Work to be completed -
Return the data below exactly, but only from the line containing "f 670 677 496" through the line containing "f 294 550 292", with both of those lines included.

Excerpted data -
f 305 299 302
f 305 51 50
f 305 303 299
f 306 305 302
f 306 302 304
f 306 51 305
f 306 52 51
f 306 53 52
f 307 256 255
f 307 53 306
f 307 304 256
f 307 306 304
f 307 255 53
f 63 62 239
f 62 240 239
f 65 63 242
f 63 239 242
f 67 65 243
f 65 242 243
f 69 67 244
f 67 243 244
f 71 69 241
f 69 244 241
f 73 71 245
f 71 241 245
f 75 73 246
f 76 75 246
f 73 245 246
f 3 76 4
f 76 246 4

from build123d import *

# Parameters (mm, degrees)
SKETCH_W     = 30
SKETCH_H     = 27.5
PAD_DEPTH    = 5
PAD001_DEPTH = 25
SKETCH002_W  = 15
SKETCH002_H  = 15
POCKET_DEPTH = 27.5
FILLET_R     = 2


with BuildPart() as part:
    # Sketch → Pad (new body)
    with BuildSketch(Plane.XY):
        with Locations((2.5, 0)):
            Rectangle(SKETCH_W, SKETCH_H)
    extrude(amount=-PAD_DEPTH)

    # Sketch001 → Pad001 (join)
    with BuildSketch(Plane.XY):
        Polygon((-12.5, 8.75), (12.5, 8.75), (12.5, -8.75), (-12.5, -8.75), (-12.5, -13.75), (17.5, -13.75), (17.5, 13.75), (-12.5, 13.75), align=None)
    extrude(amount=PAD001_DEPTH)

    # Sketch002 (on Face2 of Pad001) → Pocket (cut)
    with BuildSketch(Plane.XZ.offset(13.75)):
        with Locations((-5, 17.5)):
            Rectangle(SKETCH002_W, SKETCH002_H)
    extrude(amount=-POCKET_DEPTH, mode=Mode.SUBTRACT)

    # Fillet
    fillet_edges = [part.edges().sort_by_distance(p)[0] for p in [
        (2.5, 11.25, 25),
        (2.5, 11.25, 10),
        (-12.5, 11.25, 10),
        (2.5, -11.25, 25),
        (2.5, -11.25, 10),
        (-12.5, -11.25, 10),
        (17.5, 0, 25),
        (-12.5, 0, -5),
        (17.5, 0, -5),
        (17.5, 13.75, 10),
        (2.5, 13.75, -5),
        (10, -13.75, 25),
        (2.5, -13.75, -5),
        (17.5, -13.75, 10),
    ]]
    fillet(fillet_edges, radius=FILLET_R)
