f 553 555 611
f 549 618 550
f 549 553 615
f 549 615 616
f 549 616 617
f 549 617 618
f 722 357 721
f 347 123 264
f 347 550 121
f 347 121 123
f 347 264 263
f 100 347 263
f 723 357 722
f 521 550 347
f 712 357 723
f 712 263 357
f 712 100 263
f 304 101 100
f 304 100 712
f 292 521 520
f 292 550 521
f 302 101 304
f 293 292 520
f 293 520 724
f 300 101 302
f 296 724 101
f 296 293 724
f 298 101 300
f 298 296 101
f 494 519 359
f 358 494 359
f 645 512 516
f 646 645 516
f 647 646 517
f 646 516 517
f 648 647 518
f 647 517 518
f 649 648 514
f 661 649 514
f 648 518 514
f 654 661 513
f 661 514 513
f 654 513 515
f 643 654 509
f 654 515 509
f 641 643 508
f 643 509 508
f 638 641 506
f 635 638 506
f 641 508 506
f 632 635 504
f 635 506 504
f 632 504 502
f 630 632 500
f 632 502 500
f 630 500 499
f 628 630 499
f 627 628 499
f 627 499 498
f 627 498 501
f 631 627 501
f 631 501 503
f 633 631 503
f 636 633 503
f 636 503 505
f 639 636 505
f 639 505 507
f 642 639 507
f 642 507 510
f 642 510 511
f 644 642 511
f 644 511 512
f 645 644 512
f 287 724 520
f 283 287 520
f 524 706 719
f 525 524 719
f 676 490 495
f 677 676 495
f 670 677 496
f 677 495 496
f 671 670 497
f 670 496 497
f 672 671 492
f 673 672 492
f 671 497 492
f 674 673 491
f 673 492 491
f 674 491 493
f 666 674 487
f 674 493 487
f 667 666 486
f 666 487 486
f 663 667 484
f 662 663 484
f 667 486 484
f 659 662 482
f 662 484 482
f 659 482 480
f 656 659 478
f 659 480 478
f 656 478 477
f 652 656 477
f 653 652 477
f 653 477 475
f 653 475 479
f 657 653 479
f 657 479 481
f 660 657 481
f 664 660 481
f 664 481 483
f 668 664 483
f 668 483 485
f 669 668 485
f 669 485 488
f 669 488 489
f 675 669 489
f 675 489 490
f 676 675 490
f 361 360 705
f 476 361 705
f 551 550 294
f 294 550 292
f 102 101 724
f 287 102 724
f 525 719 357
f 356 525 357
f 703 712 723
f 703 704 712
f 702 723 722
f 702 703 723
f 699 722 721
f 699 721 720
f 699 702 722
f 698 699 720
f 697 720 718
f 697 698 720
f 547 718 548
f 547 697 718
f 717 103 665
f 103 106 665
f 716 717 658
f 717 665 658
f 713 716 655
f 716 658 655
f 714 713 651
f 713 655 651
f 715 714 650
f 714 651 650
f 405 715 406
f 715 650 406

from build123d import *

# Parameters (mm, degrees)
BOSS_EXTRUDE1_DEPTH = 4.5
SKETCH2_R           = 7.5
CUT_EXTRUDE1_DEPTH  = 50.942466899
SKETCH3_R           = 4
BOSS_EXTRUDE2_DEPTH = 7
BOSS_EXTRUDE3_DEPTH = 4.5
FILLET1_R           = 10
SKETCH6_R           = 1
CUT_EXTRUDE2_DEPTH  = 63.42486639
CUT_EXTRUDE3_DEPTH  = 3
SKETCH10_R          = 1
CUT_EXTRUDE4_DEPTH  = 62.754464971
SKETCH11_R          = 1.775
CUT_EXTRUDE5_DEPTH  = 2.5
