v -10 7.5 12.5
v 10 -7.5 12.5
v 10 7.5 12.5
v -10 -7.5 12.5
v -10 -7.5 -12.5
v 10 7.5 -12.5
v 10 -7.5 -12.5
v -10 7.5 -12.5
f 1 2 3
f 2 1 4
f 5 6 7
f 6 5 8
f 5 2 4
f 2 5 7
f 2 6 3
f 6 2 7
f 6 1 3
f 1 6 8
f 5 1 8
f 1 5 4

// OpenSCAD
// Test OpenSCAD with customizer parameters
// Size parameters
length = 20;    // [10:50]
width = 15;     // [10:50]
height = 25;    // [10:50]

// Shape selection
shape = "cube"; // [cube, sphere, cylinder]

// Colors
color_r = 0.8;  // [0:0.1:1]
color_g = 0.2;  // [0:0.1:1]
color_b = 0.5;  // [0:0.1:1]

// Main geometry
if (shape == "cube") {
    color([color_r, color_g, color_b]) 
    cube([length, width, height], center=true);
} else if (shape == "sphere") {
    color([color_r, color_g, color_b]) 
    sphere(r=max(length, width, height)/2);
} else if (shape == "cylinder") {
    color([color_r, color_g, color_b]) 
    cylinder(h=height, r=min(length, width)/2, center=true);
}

---

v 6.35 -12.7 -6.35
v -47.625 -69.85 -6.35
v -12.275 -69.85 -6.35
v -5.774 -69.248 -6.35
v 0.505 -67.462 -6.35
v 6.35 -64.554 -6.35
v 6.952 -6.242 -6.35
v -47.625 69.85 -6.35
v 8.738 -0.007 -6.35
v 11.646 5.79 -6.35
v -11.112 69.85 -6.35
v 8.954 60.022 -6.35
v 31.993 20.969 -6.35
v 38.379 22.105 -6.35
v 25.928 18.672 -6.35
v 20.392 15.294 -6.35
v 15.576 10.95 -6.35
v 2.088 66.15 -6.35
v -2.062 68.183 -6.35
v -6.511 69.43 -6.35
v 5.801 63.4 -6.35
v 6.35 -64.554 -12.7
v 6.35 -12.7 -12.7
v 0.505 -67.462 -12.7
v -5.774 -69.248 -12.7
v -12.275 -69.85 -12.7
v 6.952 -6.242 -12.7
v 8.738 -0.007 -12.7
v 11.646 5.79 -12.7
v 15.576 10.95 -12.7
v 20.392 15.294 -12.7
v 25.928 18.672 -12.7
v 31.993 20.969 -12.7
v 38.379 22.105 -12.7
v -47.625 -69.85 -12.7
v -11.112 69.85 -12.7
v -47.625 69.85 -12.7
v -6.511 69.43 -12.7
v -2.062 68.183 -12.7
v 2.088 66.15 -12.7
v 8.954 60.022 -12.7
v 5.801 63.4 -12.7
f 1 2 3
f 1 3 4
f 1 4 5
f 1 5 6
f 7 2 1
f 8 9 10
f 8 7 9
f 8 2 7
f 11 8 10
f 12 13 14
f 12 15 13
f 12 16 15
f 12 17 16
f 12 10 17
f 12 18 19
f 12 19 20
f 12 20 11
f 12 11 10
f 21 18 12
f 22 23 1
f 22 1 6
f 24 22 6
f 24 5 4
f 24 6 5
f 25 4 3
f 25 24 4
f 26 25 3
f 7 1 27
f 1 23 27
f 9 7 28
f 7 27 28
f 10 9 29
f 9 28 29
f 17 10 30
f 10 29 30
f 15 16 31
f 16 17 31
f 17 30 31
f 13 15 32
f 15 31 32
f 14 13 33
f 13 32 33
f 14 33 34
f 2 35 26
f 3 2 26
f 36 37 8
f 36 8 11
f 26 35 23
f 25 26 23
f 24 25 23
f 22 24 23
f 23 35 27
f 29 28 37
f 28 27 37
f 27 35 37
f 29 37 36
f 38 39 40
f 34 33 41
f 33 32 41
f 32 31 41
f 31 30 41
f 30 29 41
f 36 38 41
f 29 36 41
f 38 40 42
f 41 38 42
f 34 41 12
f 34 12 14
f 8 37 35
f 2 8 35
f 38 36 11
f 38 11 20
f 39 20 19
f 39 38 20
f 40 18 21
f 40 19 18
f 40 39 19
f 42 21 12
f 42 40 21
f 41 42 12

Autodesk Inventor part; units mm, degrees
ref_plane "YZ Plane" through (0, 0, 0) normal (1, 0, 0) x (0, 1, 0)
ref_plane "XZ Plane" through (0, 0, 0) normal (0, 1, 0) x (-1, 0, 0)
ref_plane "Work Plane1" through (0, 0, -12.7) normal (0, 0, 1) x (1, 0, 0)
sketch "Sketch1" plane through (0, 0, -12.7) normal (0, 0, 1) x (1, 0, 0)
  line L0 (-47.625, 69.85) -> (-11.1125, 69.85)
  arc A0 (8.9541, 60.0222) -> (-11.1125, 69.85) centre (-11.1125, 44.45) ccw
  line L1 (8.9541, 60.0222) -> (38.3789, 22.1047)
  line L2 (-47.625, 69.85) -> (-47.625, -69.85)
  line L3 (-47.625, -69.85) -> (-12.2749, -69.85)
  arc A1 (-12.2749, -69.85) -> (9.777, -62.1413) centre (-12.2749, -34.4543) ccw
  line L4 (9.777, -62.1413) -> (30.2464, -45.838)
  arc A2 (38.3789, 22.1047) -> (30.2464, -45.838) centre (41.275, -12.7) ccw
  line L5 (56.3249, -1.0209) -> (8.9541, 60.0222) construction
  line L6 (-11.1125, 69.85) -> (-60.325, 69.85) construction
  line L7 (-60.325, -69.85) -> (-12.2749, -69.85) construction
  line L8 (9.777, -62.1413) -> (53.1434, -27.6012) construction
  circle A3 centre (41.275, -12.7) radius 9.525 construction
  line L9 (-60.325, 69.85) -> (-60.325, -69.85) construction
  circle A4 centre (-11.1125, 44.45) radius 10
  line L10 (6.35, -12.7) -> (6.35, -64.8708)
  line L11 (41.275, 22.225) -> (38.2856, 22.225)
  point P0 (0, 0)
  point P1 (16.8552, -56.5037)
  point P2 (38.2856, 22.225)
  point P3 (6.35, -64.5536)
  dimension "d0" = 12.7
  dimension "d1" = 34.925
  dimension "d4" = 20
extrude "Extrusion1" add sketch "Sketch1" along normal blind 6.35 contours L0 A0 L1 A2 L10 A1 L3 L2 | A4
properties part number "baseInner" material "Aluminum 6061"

Task response -
f 670 677 496
f 677 495 496
f 671 670 497
f 670 496 497
f 672 671 492
f 673 672 492
f 671 497 492
f 674 673 491
f 673 492 491
f 674 491 493
f 666 674 487
f 674 493 487
f 667 666 486
f 666 487 486
f 663 667 484
f 662 663 484
f 667 486 484
f 659 662 482
f 662 484 482
f 659 482 480
f 656 659 478
f 659 480 478
f 656 478 477
f 652 656 477
f 653 652 477
f 653 477 475
f 653 475 479
f 657 653 479
f 657 479 481
f 660 657 481
f 664 660 481
f 664 481 483
f 668 664 483
f 668 483 485
f 669 668 485
f 669 485 488
f 669 488 489
f 675 669 489
f 675 489 490
f 676 675 490
f 361 360 705
f 476 361 705
f 551 550 294
f 294 550 292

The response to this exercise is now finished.